- Brief:
Take the entries below and print, exactly, the stretch from the line containing "v -3.829 -1.844 12" through the line containing "v -1.001 42.283 1", both included.

___ Information given ___

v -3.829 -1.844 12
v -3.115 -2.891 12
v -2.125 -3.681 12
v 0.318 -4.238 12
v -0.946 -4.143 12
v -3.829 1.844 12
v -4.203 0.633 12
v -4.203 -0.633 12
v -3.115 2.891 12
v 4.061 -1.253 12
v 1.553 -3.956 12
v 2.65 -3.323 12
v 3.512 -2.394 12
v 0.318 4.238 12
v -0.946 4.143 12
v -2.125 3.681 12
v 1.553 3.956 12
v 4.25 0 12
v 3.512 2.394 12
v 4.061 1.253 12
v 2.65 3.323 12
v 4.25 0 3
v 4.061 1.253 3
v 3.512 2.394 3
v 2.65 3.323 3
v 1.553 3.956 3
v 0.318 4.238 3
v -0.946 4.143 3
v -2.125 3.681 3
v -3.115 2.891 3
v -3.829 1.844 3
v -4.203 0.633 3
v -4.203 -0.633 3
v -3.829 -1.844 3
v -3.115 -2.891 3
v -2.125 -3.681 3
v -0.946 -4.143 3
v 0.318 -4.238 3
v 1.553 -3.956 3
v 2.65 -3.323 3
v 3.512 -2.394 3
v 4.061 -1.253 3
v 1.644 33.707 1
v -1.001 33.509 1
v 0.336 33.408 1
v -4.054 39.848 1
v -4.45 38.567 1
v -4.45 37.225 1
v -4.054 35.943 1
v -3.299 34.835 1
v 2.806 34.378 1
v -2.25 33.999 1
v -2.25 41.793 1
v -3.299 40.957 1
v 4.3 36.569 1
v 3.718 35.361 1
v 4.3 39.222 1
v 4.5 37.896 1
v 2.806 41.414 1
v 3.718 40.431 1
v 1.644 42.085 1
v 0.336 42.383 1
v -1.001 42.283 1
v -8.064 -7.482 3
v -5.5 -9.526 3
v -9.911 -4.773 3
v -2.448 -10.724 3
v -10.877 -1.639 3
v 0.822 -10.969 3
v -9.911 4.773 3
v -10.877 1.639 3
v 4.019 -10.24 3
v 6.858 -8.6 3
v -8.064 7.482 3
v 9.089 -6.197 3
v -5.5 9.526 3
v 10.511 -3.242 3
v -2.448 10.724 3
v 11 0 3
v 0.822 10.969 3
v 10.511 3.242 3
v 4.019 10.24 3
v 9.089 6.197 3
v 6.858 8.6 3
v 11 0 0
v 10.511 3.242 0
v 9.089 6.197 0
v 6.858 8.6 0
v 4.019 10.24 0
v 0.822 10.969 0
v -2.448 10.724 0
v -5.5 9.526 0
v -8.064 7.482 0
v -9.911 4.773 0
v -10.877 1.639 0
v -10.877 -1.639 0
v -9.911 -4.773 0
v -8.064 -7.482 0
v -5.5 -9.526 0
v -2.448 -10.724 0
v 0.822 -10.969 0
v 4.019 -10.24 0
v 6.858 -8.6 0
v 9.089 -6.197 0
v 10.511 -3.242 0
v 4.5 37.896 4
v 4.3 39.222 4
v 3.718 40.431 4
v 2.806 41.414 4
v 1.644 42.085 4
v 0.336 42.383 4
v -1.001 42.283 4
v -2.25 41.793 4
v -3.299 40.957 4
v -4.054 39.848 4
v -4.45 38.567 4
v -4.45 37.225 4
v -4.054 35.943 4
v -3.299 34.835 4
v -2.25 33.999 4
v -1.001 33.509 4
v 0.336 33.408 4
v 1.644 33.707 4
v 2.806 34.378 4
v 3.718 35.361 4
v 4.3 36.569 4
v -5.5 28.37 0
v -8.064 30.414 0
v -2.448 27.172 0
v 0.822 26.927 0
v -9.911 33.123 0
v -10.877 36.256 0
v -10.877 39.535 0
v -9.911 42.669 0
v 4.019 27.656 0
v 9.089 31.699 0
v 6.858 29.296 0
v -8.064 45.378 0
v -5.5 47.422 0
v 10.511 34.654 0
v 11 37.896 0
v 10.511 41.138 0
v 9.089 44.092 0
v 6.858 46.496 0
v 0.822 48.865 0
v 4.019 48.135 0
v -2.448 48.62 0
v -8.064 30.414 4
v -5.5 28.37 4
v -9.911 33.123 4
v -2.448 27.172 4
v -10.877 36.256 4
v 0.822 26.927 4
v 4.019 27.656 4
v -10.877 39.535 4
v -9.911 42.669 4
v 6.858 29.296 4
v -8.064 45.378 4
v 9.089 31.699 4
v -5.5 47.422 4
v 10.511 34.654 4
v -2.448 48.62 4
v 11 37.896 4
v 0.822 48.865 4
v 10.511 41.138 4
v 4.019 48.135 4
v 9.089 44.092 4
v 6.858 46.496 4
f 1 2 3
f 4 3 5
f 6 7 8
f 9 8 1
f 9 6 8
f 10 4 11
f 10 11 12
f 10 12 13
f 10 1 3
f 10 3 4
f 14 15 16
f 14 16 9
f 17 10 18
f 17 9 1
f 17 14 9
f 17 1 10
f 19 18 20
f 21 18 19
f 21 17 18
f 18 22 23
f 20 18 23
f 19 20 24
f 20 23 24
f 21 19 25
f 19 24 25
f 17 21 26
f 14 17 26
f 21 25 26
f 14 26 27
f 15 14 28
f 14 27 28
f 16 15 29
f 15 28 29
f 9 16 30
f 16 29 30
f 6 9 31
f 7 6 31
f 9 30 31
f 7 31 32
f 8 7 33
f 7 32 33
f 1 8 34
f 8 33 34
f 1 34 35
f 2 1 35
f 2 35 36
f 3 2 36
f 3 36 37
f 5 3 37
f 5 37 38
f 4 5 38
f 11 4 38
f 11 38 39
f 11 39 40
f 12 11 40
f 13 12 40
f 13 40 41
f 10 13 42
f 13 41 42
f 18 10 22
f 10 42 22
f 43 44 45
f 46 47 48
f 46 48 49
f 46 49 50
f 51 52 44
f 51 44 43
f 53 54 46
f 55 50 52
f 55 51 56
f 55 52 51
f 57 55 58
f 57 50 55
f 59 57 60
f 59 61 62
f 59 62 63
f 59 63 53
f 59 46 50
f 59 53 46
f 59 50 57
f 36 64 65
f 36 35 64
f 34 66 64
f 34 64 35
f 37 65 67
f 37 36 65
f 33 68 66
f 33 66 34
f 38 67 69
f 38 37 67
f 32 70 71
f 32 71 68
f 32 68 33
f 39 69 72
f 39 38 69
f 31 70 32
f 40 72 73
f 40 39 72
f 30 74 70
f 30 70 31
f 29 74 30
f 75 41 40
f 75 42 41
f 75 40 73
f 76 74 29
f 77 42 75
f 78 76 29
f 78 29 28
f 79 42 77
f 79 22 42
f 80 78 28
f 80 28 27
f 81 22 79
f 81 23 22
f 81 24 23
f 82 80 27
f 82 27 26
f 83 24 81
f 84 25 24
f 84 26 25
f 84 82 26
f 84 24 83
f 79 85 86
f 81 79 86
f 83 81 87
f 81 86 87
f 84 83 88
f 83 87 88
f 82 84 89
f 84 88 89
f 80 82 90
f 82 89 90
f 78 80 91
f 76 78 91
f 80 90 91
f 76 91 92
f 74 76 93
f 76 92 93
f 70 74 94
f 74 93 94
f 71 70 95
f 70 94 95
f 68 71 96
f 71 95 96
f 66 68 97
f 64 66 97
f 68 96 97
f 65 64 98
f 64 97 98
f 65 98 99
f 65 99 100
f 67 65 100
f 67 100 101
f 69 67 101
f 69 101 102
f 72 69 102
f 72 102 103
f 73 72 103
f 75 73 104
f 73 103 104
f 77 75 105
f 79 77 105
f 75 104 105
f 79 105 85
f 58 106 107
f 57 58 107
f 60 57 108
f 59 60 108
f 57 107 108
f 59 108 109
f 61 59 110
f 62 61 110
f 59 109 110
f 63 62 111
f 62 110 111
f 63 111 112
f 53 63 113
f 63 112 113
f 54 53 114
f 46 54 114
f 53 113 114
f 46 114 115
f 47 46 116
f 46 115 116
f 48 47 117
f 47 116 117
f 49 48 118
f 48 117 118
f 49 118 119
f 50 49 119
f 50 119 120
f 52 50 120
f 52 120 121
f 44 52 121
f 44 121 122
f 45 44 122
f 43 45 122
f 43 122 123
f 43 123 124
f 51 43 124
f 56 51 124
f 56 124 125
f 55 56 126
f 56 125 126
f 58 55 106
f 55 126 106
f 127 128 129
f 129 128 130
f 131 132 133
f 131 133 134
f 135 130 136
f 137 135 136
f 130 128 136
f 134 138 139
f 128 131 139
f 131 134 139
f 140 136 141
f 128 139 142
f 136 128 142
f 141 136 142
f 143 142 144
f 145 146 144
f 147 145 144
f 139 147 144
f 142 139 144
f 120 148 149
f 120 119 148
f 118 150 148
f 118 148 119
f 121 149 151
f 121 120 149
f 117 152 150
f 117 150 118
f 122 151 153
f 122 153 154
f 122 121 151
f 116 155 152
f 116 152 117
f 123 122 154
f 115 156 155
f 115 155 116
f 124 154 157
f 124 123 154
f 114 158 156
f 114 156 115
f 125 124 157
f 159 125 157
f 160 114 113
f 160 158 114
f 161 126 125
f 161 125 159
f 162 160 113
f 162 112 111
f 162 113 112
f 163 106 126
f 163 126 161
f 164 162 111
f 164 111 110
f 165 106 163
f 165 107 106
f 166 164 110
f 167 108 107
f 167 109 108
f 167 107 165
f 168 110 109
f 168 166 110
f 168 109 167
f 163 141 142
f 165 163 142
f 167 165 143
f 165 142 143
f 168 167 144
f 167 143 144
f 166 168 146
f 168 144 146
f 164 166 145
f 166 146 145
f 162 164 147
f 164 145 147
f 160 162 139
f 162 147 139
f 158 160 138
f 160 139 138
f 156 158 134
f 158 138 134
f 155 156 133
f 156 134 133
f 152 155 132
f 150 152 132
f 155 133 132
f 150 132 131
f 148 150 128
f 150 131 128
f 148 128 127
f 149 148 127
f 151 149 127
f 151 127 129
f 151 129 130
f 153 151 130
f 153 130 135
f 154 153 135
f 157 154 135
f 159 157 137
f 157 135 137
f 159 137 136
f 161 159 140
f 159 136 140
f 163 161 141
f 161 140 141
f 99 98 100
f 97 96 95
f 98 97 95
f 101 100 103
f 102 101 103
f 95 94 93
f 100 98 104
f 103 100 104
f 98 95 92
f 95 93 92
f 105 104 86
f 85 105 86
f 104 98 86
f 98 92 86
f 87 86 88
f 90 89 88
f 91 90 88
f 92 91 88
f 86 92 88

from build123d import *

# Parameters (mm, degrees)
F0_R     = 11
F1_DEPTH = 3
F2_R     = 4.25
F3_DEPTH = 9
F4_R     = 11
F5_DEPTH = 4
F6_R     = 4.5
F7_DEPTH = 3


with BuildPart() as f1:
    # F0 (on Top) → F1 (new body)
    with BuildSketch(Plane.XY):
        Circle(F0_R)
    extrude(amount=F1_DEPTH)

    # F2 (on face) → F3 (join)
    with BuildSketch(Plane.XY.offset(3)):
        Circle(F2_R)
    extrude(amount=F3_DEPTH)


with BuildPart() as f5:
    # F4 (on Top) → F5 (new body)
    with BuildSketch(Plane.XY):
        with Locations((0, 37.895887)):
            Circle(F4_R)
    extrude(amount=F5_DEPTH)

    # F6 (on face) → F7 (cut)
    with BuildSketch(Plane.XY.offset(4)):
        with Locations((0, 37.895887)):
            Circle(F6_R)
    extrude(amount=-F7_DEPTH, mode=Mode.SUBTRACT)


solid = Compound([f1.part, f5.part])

___
___ Information given ___

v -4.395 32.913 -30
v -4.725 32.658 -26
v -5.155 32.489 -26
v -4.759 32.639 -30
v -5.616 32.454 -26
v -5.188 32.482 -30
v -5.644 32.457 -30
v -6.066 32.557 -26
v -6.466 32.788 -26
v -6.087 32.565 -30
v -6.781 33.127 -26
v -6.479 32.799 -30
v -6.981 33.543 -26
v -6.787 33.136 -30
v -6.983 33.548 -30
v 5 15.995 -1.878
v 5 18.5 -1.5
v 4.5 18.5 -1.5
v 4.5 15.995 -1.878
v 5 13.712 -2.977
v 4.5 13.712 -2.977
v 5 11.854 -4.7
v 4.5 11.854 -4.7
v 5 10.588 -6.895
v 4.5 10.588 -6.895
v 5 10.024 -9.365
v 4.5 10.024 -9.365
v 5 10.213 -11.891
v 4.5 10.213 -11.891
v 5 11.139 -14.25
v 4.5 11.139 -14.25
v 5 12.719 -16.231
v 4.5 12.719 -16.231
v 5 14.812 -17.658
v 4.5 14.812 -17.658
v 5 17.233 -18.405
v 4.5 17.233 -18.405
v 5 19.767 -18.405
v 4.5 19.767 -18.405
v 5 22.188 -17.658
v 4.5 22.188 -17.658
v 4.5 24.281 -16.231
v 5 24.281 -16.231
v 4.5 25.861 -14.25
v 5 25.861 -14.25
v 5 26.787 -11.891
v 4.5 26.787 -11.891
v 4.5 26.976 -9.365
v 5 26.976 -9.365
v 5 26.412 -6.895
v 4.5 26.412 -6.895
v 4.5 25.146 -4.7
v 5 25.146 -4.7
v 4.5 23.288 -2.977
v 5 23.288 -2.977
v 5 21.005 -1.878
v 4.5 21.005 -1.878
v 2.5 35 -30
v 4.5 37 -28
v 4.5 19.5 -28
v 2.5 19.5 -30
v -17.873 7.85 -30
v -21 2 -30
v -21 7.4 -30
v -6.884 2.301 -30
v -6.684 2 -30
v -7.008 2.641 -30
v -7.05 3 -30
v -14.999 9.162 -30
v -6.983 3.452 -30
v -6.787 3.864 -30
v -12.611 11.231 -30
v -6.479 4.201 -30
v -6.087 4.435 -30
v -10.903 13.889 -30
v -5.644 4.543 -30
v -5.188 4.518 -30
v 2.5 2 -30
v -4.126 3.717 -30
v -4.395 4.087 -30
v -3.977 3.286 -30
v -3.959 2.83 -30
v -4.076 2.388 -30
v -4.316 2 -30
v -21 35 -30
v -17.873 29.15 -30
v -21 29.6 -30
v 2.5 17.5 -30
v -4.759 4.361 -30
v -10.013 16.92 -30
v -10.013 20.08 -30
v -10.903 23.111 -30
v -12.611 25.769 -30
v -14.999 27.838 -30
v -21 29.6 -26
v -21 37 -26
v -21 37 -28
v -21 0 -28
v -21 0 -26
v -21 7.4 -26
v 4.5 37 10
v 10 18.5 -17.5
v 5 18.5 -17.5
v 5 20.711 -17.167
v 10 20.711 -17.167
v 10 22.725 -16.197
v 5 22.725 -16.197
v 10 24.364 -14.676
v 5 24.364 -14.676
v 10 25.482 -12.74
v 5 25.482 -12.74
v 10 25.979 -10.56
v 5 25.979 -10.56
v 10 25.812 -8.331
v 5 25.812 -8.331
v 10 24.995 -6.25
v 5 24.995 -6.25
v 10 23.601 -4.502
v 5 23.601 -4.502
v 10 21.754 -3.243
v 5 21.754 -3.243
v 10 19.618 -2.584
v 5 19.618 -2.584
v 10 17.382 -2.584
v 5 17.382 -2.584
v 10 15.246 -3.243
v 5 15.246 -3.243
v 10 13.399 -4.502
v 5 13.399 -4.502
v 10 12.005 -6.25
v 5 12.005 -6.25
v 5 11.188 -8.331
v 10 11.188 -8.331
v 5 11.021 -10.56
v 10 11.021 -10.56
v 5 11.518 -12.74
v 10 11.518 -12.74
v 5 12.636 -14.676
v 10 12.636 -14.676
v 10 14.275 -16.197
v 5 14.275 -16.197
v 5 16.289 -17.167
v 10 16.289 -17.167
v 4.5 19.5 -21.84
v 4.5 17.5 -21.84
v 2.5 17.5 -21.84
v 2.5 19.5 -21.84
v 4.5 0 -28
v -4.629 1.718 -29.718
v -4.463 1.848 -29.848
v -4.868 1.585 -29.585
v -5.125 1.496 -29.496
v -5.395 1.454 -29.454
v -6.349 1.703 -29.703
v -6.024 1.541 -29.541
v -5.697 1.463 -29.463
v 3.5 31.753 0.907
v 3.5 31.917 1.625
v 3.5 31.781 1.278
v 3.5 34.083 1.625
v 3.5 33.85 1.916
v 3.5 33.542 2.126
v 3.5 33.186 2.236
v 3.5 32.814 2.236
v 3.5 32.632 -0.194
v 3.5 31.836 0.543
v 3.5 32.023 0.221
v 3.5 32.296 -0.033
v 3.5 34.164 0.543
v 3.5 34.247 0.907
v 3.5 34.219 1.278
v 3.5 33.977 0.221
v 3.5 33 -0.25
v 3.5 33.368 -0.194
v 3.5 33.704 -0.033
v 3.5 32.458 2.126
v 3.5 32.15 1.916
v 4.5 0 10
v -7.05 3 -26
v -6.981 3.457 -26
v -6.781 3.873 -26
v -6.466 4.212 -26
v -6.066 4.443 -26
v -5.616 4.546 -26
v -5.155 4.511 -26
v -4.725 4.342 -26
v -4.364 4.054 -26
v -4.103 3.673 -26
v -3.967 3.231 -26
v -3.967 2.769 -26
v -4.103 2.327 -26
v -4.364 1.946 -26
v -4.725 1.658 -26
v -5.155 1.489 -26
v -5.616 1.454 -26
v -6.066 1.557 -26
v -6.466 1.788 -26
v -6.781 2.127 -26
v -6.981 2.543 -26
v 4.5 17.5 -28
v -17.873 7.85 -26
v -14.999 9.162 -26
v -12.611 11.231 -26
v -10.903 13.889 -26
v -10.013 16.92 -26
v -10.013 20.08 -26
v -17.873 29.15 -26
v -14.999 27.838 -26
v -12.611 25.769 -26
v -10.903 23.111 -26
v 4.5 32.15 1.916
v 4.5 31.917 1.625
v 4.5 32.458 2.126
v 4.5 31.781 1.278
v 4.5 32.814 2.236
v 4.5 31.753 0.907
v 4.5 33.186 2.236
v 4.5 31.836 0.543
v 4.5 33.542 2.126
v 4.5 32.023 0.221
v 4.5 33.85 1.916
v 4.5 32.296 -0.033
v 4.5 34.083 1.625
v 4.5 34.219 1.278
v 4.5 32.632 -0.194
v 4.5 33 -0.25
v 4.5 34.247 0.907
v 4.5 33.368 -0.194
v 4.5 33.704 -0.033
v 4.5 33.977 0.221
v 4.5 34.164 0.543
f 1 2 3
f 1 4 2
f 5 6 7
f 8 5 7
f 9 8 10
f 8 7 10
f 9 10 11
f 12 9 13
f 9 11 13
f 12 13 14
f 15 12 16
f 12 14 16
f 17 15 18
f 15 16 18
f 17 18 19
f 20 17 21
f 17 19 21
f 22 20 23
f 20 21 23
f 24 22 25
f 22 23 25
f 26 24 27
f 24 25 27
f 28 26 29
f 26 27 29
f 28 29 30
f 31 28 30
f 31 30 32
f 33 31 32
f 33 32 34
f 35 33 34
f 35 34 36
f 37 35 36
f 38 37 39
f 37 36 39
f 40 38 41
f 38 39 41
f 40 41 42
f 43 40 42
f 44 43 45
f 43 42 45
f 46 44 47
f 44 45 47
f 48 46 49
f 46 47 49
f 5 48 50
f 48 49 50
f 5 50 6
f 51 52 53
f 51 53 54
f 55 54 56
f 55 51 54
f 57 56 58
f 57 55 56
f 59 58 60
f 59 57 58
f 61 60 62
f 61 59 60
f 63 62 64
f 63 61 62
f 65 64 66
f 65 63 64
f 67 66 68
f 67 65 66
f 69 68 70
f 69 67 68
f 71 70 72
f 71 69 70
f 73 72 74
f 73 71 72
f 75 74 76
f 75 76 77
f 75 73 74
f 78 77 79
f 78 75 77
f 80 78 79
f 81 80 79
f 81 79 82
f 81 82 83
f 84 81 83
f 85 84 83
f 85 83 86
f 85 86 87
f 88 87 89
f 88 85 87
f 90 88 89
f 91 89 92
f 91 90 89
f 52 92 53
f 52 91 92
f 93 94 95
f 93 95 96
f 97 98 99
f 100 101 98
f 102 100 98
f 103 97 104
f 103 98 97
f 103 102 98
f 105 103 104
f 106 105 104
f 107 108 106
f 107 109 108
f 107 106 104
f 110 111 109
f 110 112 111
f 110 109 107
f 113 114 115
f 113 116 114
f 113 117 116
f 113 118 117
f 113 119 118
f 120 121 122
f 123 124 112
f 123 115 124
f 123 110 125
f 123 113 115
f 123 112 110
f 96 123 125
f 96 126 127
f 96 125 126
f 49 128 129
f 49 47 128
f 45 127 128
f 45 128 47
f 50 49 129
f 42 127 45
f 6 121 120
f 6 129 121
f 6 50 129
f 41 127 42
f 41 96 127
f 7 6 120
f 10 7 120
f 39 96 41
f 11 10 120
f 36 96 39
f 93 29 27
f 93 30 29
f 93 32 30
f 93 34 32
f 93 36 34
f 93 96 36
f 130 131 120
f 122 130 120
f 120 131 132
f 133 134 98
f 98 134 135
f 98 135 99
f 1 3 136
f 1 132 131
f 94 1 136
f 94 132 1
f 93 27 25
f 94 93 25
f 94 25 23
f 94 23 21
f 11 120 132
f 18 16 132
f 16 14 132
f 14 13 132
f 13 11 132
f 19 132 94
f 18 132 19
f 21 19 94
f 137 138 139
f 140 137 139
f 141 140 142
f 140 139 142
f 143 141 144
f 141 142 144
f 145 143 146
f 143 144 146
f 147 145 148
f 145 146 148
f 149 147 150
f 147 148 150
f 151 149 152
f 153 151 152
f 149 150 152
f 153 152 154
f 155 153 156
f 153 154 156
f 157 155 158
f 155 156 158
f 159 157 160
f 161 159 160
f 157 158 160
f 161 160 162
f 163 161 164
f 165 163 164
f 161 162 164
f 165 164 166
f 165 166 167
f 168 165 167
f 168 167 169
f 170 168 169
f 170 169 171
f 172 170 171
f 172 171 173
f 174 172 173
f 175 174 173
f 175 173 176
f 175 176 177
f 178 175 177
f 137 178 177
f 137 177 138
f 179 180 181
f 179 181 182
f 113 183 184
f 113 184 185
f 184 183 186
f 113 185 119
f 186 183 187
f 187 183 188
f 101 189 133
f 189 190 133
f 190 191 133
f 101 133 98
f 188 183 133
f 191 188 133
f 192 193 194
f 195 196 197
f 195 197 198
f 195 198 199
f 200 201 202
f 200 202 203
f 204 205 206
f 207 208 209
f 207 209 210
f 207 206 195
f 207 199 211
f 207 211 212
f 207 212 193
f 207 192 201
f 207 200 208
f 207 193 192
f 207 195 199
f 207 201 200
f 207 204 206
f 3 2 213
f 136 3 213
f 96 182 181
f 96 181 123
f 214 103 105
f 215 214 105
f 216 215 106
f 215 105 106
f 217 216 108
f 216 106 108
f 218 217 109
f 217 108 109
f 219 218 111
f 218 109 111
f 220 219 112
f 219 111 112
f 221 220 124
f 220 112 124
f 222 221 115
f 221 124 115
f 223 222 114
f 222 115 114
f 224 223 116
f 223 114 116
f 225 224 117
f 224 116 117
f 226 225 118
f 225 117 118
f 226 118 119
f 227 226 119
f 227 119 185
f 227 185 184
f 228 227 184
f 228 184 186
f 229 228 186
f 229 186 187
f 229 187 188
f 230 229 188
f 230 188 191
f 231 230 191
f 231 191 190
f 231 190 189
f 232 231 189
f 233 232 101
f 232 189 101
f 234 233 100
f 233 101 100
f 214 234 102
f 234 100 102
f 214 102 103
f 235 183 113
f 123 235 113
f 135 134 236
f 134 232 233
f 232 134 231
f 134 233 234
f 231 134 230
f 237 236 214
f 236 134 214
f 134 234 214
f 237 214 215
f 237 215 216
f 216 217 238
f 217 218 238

___
___ Information given ___

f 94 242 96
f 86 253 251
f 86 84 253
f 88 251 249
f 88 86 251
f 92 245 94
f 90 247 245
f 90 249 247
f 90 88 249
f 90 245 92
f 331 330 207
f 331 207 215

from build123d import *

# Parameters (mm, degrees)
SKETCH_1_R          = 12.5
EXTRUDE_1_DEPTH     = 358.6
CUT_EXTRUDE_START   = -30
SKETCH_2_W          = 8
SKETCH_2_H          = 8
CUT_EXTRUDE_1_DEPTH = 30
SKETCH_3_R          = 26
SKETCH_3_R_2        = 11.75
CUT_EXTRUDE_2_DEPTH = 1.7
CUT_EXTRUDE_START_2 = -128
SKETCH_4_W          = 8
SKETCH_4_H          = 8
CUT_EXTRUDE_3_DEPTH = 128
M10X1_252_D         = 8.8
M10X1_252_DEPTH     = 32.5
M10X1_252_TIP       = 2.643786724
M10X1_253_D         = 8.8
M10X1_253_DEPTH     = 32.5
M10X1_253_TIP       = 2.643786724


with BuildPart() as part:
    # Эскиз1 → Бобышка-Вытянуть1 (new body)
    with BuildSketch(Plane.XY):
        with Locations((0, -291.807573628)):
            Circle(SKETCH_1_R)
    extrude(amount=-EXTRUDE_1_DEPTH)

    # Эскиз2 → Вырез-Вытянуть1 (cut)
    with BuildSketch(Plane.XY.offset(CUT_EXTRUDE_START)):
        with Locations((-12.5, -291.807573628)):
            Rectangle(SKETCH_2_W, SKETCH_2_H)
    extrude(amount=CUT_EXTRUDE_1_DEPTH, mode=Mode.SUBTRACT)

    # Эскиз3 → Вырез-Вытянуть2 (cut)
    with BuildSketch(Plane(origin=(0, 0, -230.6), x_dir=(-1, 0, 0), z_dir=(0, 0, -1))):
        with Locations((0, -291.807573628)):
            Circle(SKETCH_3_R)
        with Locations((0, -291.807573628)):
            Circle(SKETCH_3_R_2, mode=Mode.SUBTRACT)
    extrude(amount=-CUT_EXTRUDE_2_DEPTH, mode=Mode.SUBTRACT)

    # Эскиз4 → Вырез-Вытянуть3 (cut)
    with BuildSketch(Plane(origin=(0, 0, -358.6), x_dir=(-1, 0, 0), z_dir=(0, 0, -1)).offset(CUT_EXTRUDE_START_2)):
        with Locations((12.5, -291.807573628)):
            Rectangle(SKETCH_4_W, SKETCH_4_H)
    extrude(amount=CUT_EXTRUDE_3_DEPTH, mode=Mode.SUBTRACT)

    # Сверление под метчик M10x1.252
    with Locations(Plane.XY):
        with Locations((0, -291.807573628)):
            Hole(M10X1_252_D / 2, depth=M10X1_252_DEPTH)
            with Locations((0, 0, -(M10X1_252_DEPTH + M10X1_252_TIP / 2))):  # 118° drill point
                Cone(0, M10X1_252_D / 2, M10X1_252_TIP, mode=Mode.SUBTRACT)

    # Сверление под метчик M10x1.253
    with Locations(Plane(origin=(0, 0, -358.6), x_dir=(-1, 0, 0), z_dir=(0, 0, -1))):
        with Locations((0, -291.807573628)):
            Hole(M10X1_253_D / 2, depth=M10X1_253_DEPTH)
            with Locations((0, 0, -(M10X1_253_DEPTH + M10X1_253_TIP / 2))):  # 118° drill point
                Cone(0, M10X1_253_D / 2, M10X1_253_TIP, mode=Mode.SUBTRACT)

___

- Answer:
v -3.829 -1.844 12
v -3.115 -2.891 12
v -2.125 -3.681 12
v 0.318 -4.238 12
v -0.946 -4.143 12
v -3.829 1.844 12
v -4.203 0.633 12
v -4.203 -0.633 12
v -3.115 2.891 12
v 4.061 -1.253 12
v 1.553 -3.956 12
v 2.65 -3.323 12
v 3.512 -2.394 12
v 0.318 4.238 12
v -0.946 4.143 12
v -2.125 3.681 12
v 1.553 3.956 12
v 4.25 0 12
v 3.512 2.394 12
v 4.061 1.253 12
v 2.65 3.323 12
v 4.25 0 3
v 4.061 1.253 3
v 3.512 2.394 3
v 2.65 3.323 3
v 1.553 3.956 3
v 0.318 4.238 3
v -0.946 4.143 3
v -2.125 3.681 3
v -3.115 2.891 3
v -3.829 1.844 3
v -4.203 0.633 3
v -4.203 -0.633 3
v -3.829 -1.844 3
v -3.115 -2.891 3
v -2.125 -3.681 3
v -0.946 -4.143 3
v 0.318 -4.238 3
v 1.553 -3.956 3
v 2.65 -3.323 3
v 3.512 -2.394 3
v 4.061 -1.253 3
v 1.644 33.707 1
v -1.001 33.509 1
v 0.336 33.408 1
v -4.054 39.848 1
v -4.45 38.567 1
v -4.45 37.225 1
v -4.054 35.943 1
v -3.299 34.835 1
v 2.806 34.378 1
v -2.25 33.999 1
v -2.25 41.793 1
v -3.299 40.957 1
v 4.3 36.569 1
v 3.718 35.361 1
v 4.3 39.222 1
v 4.5 37.896 1
v 2.806 41.414 1
v 3.718 40.431 1
v 1.644 42.085 1
v 0.336 42.383 1
v -1.001 42.283 1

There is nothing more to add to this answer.